El libro de imágenes, o El acto de montar
Cuando Pudovkin declaraba que, más allá de sus posibles vertientes, enumeradas por Eisenstein —métrica, rítmica, tonal, armónica e intelectual—, el montaje era la creación fílmica en su totalidad, estaba anticipando cuál sería la única forma de combatir la industrialización de los modos de representación en el cine. Un aforismo que, lejos de quedarse anticuado, queda ratificado por películas como la que nos ocupa en este texto y reivindica la capacidad (y la necesidad) del cine como generador de un discurso sobre la realidad en detrimento de su representación que, como denuncia el propio Godard, es, en el fondo, un acto de violencia hacia la misma.
Contra el agorero pronóstico de Carlos Boyero, la última película del autor de Nuestra música podrá verse, aunque de forma limitada, en las salas de exhibición de nuestro país. A sus 88 años, y tras recibir una insólita Palma de Oro Especial en el pasado festival de Cannes —donde compareció vía Facetime—, Jean-Luc Godard estrena su última película y certifica que acomodarse sigue sin ser una opción para quien pasó de artífice de la ‹Nouvelle Vague› a fundador del colectivo Dziga Vertov.
Si en Film Socialisme se servía de la metáfora de un barco a la deriva como declive de la sociedad occidental, y en Adieu au langage certificaba el fracaso del lenguaje en la contemporaneidad, en El libro de imágenes recupera su faceta más ensayística. A partir de una estructura en cinco bloques, al estilo de la inabarcable Histoire(s) du cinema, Godard reflexiona sobre la relación entre la Historia y su reflejo a lo largo de la historia del cine.
En las primeras imágenes de la película, vemos cómo unas manos manipulan una tira de celuloide. A partir de aquí, el director de Numéro deux encadena diferentes imágenes de manos realizando diferentes acciones y en diversas posturas, mientras recita con su áspera voz que «la verdadera condición del hombre es la de pensar con las manos».
No es casualidad que decida empezar la película con una declaración de intenciones como esta. De hecho, merece mucha más atención de lo que pueda parecer, pues en la profusión de imágenes que se suceden a lo largo del filme, cualquier espectador, por avezado que sea, pecaría de ingenuo si pensase que es posible conectar todos los puntos de una película cuyas significaciones tienden al infinito. El sentido de El libro de imágenes surge, más allá de la interconectividad de cualquier punto del relato con cualquier otro, del acto de empalmar una imagen tras otra y la miríada de significados que nacen del choque entre ellas. Godard entiende el montaje cinematográfico del mismo modo que Deleuze entendía el pensamiento. Ambos se construyen a partir de un flujo, una multiplicidad, sin objeto ni sujeto, en constante estado de variación. Las innumerables citas están ahí, de Wellman a Eisenstein, pasando por Browning, Van Sant, Ford o Sokúrov —este último casi irreconocible—, y a partir de esos fragmentos trata de reelaborar su propia historia, a base de ‹glitches›, cambios de formato, saturación de colores y grabaciones de todo tipo de dispositivos —de drones a cámaras de vigilancia— y de calidades. Las imágenes que son parte fundamental de la memoria colectiva aparecen deformadas, convertidas en otra cosa, revelando una expresividad nueva, recuperando la materialidad que el cine digital parece rechazar.

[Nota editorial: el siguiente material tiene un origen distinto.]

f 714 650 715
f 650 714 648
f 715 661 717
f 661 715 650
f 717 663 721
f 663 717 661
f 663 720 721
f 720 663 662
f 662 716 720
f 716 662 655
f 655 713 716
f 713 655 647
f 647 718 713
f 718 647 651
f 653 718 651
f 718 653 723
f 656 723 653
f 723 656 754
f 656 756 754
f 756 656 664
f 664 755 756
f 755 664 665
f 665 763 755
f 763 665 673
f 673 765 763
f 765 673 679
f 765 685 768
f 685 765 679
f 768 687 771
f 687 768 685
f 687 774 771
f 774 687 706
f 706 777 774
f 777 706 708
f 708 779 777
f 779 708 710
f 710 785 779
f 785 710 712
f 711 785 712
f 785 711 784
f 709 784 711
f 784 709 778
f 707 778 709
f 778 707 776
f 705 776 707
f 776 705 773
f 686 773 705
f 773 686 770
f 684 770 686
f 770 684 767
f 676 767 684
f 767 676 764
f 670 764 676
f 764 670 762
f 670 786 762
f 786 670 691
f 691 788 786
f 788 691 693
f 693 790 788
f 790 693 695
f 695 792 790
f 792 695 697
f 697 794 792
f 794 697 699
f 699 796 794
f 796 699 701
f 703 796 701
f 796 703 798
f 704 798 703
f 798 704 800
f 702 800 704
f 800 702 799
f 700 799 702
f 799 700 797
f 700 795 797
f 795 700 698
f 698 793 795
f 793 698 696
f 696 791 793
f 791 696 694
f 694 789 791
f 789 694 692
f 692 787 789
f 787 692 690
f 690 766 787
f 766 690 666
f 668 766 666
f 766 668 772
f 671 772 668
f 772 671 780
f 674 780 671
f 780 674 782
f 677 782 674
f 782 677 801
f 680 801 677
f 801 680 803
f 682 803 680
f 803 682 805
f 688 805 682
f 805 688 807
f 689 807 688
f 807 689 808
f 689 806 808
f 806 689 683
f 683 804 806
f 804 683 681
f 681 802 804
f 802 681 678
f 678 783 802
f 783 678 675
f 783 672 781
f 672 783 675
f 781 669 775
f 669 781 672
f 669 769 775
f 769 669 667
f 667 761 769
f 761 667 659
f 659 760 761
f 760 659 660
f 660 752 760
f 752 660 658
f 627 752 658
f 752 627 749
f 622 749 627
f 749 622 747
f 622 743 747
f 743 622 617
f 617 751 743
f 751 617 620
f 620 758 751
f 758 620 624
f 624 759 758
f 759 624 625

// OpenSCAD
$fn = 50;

Sin embargo, en su último tercio, el relato vira hacia la sociedad (o sociedades) de los países árabes y aborda de forma directa la problemática del pensamiento occidental cuando se trata de representar el mundo árabe tanto en el cine como en la televisión y, por supuesto, en internet. En ese sentido, El libro de imágenes establece una filiación directa con Ici et ailleurs —ensayo documental rodado durante su pertenencia al grupo Dziga Vertov, aunque montado tiempo después junto a Anne-Marie Miéville—, en su voluntad de señalar los prejuicios que cimientan nuestra mirada hacia los que consideramos una otredad monolítica. Porque, como él mismo pregunta, ¿pueden hablar los árabes?